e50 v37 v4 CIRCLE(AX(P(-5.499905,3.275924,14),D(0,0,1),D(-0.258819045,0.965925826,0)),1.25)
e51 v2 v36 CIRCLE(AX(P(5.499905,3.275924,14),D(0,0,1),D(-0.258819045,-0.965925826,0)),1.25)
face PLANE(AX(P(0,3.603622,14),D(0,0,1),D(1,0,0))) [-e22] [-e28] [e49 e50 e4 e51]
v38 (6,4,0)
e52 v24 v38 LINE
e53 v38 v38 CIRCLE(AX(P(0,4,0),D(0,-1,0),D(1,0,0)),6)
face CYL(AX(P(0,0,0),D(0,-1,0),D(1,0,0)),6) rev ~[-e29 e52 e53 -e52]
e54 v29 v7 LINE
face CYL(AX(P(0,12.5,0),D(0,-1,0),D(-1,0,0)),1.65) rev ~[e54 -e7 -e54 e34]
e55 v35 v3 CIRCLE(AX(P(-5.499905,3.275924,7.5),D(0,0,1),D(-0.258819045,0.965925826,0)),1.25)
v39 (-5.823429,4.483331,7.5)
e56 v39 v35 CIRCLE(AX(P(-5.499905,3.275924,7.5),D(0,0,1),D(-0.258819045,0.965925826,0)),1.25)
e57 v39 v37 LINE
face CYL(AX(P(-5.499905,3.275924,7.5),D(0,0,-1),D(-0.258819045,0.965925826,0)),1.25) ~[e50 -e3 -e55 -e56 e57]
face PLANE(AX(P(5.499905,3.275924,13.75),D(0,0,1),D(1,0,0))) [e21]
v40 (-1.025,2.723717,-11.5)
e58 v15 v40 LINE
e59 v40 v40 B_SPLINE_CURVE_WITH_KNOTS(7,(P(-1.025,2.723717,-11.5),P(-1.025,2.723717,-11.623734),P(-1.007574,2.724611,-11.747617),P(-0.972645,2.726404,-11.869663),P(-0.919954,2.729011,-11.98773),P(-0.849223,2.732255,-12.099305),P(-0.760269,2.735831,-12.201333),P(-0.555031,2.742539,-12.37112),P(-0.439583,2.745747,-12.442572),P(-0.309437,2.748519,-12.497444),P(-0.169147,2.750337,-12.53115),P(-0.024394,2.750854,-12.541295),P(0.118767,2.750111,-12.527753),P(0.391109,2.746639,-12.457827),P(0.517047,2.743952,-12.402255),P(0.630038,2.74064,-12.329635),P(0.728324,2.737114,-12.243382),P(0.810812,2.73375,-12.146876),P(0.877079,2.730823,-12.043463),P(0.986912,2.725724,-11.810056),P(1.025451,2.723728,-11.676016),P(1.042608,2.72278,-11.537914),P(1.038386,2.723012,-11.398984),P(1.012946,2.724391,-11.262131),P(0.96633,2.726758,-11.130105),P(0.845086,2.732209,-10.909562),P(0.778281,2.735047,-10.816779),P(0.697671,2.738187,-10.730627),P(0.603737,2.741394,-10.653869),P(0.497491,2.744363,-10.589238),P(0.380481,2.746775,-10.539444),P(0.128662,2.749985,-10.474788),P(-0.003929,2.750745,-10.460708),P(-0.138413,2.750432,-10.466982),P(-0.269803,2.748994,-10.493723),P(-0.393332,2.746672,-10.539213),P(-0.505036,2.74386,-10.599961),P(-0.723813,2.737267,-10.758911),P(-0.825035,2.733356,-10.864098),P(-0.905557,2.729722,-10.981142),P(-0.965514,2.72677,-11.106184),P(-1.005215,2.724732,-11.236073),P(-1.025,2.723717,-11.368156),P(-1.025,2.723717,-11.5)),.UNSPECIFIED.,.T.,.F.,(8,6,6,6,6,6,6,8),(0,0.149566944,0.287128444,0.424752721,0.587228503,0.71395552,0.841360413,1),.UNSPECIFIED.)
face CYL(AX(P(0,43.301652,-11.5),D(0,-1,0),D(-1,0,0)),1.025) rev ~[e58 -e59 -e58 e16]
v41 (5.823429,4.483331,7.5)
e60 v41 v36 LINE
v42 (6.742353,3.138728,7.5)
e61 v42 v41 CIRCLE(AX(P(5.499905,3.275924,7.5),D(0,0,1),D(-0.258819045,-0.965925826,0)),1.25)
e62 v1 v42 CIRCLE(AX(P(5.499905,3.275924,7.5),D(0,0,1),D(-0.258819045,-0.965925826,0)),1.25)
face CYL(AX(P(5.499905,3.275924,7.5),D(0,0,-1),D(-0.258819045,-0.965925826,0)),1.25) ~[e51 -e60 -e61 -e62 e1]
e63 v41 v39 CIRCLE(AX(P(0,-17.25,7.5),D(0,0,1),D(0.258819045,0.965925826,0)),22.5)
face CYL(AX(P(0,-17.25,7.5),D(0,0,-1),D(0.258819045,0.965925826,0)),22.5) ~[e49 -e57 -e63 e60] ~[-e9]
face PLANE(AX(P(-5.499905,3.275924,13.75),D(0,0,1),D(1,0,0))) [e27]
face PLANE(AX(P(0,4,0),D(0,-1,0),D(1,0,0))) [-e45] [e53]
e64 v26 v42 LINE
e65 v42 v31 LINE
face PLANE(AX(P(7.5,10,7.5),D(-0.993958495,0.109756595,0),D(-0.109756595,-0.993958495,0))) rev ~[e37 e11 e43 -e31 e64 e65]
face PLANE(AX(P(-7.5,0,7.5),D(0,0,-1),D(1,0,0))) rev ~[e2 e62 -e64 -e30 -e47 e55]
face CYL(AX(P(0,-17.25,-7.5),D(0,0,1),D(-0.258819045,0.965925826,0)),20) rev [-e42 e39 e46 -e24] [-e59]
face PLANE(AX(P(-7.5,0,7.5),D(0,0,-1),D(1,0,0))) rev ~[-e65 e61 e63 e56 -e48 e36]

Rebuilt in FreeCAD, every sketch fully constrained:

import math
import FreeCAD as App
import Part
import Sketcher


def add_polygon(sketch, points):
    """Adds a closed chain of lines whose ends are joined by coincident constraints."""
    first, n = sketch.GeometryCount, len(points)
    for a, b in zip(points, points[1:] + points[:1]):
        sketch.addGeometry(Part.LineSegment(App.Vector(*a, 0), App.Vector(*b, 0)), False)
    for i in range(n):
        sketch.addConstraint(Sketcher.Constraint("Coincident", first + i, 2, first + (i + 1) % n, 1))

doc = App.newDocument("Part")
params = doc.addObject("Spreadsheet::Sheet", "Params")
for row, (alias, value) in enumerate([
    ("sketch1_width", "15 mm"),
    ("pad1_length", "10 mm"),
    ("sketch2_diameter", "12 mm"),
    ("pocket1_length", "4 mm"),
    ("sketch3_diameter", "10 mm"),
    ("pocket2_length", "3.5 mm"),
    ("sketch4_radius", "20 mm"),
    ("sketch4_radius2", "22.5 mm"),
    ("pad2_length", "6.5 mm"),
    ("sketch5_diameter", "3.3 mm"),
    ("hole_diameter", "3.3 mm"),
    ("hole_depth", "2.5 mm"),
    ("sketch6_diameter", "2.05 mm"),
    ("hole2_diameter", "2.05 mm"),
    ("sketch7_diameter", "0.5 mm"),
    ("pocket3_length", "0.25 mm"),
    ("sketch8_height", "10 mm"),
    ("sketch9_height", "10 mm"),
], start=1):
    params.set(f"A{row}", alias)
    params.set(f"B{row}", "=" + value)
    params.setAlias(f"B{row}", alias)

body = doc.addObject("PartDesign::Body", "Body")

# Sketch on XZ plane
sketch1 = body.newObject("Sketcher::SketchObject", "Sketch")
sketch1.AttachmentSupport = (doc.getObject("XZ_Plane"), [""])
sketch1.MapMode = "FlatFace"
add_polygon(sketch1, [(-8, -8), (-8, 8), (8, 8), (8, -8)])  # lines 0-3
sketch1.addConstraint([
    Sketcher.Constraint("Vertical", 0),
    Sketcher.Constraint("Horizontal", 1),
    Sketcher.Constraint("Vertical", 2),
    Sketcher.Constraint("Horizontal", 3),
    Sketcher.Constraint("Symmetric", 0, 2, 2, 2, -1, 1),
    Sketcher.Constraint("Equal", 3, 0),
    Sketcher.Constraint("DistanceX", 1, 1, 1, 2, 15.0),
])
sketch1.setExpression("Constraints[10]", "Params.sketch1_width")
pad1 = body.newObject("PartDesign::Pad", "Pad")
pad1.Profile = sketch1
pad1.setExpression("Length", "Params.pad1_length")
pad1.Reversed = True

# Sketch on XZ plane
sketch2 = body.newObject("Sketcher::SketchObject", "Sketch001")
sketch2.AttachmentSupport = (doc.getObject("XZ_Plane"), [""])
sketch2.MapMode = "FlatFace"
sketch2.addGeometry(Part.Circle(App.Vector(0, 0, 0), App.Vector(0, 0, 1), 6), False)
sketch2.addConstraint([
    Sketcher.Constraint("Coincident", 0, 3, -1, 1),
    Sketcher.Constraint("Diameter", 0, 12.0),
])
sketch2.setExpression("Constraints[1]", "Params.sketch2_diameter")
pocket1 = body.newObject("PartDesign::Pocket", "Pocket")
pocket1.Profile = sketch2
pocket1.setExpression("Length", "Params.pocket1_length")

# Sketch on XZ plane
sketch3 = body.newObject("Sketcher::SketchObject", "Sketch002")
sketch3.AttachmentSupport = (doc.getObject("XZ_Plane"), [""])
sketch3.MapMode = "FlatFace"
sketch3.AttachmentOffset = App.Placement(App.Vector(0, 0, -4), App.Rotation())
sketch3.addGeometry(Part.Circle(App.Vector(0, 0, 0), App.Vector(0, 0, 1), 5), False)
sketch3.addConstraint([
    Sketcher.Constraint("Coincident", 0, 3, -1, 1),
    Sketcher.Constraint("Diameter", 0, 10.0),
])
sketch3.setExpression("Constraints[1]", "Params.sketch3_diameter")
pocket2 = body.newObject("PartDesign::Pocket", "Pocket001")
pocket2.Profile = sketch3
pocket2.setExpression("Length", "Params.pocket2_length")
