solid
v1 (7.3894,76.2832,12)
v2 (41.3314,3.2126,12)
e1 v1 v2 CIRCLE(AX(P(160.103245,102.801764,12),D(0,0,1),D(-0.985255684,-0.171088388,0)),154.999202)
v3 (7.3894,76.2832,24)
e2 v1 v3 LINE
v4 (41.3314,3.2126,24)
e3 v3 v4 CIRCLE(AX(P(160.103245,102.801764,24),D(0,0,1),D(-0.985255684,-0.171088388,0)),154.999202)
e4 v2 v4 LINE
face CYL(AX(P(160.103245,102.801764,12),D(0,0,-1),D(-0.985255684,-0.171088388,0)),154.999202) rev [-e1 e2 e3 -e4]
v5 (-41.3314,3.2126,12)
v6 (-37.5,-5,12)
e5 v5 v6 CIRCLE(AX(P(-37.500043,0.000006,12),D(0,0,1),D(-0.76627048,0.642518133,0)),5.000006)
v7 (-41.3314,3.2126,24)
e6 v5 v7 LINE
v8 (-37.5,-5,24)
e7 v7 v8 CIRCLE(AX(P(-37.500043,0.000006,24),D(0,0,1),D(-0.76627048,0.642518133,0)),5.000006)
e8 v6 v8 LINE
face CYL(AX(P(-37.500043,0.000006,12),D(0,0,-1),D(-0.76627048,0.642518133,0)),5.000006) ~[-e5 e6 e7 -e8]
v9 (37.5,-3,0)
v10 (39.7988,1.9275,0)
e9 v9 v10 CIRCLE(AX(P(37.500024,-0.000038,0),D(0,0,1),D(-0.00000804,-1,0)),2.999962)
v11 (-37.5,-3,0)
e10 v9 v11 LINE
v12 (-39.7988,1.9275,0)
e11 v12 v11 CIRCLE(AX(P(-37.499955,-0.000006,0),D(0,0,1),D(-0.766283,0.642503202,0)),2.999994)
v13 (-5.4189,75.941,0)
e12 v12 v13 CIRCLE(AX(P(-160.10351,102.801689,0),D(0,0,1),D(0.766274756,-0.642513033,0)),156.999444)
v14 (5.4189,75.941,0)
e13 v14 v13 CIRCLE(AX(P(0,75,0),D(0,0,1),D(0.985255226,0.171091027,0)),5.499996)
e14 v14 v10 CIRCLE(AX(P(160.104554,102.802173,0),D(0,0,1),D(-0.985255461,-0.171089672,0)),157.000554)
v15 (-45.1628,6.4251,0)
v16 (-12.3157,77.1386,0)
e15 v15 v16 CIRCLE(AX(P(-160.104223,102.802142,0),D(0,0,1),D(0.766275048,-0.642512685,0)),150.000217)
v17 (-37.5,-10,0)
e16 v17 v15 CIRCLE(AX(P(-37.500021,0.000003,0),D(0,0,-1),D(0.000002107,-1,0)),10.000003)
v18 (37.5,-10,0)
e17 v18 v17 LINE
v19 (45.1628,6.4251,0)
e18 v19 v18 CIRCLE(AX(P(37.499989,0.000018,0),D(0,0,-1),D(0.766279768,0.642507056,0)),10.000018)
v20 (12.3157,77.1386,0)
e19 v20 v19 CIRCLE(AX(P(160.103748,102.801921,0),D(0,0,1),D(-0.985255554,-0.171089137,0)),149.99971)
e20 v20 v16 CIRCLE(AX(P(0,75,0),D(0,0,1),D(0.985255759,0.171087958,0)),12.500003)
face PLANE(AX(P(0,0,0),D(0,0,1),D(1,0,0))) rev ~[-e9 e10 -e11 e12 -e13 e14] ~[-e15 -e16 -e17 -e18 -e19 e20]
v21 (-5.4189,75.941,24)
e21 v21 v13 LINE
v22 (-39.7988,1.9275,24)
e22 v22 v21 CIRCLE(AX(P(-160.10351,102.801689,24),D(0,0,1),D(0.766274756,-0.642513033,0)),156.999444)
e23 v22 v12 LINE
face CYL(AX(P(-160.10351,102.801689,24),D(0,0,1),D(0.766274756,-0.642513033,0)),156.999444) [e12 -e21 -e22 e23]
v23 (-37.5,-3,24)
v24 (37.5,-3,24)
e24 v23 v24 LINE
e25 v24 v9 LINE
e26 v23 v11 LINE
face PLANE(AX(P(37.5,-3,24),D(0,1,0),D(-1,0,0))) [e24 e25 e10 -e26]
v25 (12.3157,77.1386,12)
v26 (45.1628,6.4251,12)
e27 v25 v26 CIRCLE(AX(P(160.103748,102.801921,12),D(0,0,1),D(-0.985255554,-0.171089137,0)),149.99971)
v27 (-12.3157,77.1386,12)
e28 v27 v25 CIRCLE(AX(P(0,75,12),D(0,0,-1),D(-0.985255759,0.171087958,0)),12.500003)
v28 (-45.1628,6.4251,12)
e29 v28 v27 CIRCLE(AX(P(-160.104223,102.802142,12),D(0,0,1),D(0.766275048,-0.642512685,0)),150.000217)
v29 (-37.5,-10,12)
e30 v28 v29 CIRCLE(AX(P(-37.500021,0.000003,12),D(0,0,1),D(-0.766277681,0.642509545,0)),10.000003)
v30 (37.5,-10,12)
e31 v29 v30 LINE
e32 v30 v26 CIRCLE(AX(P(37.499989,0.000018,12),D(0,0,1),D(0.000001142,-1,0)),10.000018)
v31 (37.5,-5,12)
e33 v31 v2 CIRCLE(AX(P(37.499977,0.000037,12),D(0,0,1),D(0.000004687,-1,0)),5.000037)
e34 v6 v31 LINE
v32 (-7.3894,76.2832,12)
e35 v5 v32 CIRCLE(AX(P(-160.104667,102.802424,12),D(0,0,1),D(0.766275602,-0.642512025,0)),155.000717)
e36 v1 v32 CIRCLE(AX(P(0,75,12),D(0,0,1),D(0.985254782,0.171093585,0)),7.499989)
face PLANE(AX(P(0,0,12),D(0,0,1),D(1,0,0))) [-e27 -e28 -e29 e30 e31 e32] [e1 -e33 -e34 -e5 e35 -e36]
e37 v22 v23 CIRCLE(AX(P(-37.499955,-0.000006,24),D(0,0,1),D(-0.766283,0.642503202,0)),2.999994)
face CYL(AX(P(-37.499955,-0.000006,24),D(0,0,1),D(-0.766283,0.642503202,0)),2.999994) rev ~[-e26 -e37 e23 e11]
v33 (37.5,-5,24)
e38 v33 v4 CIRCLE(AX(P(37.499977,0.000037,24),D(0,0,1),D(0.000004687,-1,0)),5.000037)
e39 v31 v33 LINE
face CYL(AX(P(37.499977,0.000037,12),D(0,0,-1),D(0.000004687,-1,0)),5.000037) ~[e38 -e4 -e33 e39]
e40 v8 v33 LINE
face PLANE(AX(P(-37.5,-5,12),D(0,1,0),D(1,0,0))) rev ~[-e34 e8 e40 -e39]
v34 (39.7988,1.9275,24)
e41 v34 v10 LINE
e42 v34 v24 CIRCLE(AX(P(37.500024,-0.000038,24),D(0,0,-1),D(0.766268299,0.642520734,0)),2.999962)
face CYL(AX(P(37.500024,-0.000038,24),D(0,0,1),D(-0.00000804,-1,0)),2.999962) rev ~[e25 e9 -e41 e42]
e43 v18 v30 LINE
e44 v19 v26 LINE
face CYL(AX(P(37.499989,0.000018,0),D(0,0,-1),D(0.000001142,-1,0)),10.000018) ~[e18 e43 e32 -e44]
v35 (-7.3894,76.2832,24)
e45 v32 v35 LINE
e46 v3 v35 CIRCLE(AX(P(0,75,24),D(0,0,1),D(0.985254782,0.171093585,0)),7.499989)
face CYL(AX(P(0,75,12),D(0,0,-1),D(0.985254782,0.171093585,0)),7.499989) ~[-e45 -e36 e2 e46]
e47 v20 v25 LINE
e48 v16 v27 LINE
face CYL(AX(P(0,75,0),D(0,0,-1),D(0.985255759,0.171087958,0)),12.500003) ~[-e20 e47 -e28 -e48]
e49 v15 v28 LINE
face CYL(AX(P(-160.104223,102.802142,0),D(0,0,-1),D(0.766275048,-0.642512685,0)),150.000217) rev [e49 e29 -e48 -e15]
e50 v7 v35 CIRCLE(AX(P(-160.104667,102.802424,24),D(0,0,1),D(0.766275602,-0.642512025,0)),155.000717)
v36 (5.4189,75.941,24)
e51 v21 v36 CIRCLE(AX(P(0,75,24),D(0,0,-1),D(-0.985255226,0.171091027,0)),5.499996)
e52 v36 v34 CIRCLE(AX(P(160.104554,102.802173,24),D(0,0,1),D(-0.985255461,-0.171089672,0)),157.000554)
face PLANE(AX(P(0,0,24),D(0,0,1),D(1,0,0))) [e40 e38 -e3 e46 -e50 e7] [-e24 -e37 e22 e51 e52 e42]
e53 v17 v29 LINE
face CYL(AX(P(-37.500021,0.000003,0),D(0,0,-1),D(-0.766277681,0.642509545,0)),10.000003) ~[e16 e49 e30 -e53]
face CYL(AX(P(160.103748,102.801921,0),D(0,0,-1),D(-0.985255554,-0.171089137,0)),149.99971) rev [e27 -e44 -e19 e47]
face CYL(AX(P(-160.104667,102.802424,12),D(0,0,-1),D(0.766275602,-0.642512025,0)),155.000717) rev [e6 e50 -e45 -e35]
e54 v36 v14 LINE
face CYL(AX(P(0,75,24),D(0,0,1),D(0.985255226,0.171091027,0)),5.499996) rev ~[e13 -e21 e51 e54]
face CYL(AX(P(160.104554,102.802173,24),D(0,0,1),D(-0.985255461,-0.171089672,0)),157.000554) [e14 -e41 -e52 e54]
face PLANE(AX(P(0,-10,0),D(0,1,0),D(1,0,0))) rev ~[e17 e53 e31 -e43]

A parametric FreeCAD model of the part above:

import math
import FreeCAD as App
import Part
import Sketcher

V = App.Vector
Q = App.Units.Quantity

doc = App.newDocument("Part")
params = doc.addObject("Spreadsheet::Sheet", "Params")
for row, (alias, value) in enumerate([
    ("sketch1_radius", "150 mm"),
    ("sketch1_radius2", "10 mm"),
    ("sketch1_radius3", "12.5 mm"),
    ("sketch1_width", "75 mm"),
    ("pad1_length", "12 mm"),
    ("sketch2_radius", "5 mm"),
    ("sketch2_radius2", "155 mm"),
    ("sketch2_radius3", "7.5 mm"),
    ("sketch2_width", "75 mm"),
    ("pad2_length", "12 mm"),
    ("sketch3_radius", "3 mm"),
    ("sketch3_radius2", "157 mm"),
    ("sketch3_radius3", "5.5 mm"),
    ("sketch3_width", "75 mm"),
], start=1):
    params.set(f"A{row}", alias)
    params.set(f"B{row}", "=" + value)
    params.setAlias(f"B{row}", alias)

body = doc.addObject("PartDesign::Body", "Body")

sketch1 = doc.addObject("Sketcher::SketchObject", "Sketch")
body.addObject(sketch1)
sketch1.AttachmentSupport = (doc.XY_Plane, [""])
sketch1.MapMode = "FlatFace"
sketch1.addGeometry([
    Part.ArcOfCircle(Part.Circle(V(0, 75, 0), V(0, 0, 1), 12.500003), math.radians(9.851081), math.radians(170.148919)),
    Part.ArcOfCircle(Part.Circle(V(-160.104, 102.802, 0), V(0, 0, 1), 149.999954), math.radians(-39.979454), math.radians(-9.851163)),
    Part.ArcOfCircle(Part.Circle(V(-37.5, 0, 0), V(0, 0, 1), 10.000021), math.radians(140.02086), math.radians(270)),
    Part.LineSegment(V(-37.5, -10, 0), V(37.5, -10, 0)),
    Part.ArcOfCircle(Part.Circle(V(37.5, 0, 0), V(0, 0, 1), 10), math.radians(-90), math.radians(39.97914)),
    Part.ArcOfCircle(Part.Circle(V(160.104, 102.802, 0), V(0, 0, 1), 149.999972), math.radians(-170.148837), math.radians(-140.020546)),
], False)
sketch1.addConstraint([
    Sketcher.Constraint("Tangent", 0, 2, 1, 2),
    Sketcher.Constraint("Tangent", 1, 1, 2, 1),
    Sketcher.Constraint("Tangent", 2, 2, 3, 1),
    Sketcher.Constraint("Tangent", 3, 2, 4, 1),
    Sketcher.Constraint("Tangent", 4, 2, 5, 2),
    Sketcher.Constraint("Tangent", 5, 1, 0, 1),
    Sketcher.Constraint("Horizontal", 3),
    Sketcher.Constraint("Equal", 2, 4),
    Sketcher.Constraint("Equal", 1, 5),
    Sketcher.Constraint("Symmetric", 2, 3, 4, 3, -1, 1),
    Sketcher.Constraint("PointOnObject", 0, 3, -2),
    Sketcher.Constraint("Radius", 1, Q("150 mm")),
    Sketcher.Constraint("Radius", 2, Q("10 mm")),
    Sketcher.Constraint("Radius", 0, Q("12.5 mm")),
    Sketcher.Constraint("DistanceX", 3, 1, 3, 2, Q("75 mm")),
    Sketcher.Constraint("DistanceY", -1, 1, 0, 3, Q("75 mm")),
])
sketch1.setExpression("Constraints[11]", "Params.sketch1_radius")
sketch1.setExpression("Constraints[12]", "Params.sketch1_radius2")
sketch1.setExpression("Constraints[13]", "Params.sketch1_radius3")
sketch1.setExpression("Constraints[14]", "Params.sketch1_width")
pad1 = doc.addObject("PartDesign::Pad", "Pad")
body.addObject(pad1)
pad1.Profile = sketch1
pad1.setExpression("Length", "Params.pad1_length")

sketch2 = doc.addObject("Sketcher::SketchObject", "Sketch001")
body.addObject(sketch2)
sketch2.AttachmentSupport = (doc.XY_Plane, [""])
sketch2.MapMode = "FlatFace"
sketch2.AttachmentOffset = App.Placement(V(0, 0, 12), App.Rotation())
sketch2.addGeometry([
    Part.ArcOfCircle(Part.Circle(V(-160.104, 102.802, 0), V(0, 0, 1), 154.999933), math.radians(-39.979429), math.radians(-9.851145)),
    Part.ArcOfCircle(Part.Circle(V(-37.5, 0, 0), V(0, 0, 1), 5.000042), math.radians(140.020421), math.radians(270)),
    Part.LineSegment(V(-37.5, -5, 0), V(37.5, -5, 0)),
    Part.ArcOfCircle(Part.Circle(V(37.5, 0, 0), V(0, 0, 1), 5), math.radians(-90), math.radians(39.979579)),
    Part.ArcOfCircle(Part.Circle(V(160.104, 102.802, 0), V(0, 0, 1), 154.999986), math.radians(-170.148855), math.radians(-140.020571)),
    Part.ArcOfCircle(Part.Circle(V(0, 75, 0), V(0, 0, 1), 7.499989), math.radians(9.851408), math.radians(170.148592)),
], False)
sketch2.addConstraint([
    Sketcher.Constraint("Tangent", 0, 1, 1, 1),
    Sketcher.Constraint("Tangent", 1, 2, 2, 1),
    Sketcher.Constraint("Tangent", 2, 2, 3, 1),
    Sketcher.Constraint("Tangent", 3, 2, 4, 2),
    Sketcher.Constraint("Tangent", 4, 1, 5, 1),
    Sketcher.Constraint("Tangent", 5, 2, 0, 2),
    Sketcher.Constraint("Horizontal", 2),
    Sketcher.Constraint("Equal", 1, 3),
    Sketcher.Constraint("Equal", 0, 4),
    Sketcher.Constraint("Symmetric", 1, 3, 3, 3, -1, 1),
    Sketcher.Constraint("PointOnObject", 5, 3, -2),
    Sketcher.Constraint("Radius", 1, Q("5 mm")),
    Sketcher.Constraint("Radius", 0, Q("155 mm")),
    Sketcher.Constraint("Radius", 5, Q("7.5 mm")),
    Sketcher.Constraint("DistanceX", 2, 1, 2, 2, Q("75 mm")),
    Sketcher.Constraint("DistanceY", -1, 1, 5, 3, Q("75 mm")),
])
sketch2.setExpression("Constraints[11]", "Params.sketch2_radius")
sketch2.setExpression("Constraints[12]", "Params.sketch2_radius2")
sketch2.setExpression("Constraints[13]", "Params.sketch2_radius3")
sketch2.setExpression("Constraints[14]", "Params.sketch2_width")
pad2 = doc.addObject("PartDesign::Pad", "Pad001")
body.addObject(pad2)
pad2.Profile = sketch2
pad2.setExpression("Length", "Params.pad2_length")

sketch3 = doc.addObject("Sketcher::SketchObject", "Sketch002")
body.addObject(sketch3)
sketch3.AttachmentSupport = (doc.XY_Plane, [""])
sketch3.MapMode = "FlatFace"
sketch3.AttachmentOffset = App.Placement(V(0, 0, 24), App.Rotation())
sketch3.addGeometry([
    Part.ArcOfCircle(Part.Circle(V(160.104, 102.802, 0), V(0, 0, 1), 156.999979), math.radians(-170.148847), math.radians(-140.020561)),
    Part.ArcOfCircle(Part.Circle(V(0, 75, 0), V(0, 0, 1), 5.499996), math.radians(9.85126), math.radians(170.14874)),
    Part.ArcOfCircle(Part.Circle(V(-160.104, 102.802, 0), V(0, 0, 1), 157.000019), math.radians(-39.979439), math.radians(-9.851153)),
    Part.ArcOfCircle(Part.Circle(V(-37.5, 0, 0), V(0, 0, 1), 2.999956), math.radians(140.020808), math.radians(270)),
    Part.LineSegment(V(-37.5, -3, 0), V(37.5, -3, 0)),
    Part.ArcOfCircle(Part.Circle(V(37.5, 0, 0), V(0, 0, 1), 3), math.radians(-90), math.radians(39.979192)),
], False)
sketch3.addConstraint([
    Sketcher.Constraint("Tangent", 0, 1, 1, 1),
---*---
* PROBLEM TO WORK ON
Looking at the material above, count the lines that carry the word "getObject" and answer with the count alone.

* OUTPUT FOR THIS EXERCISE
3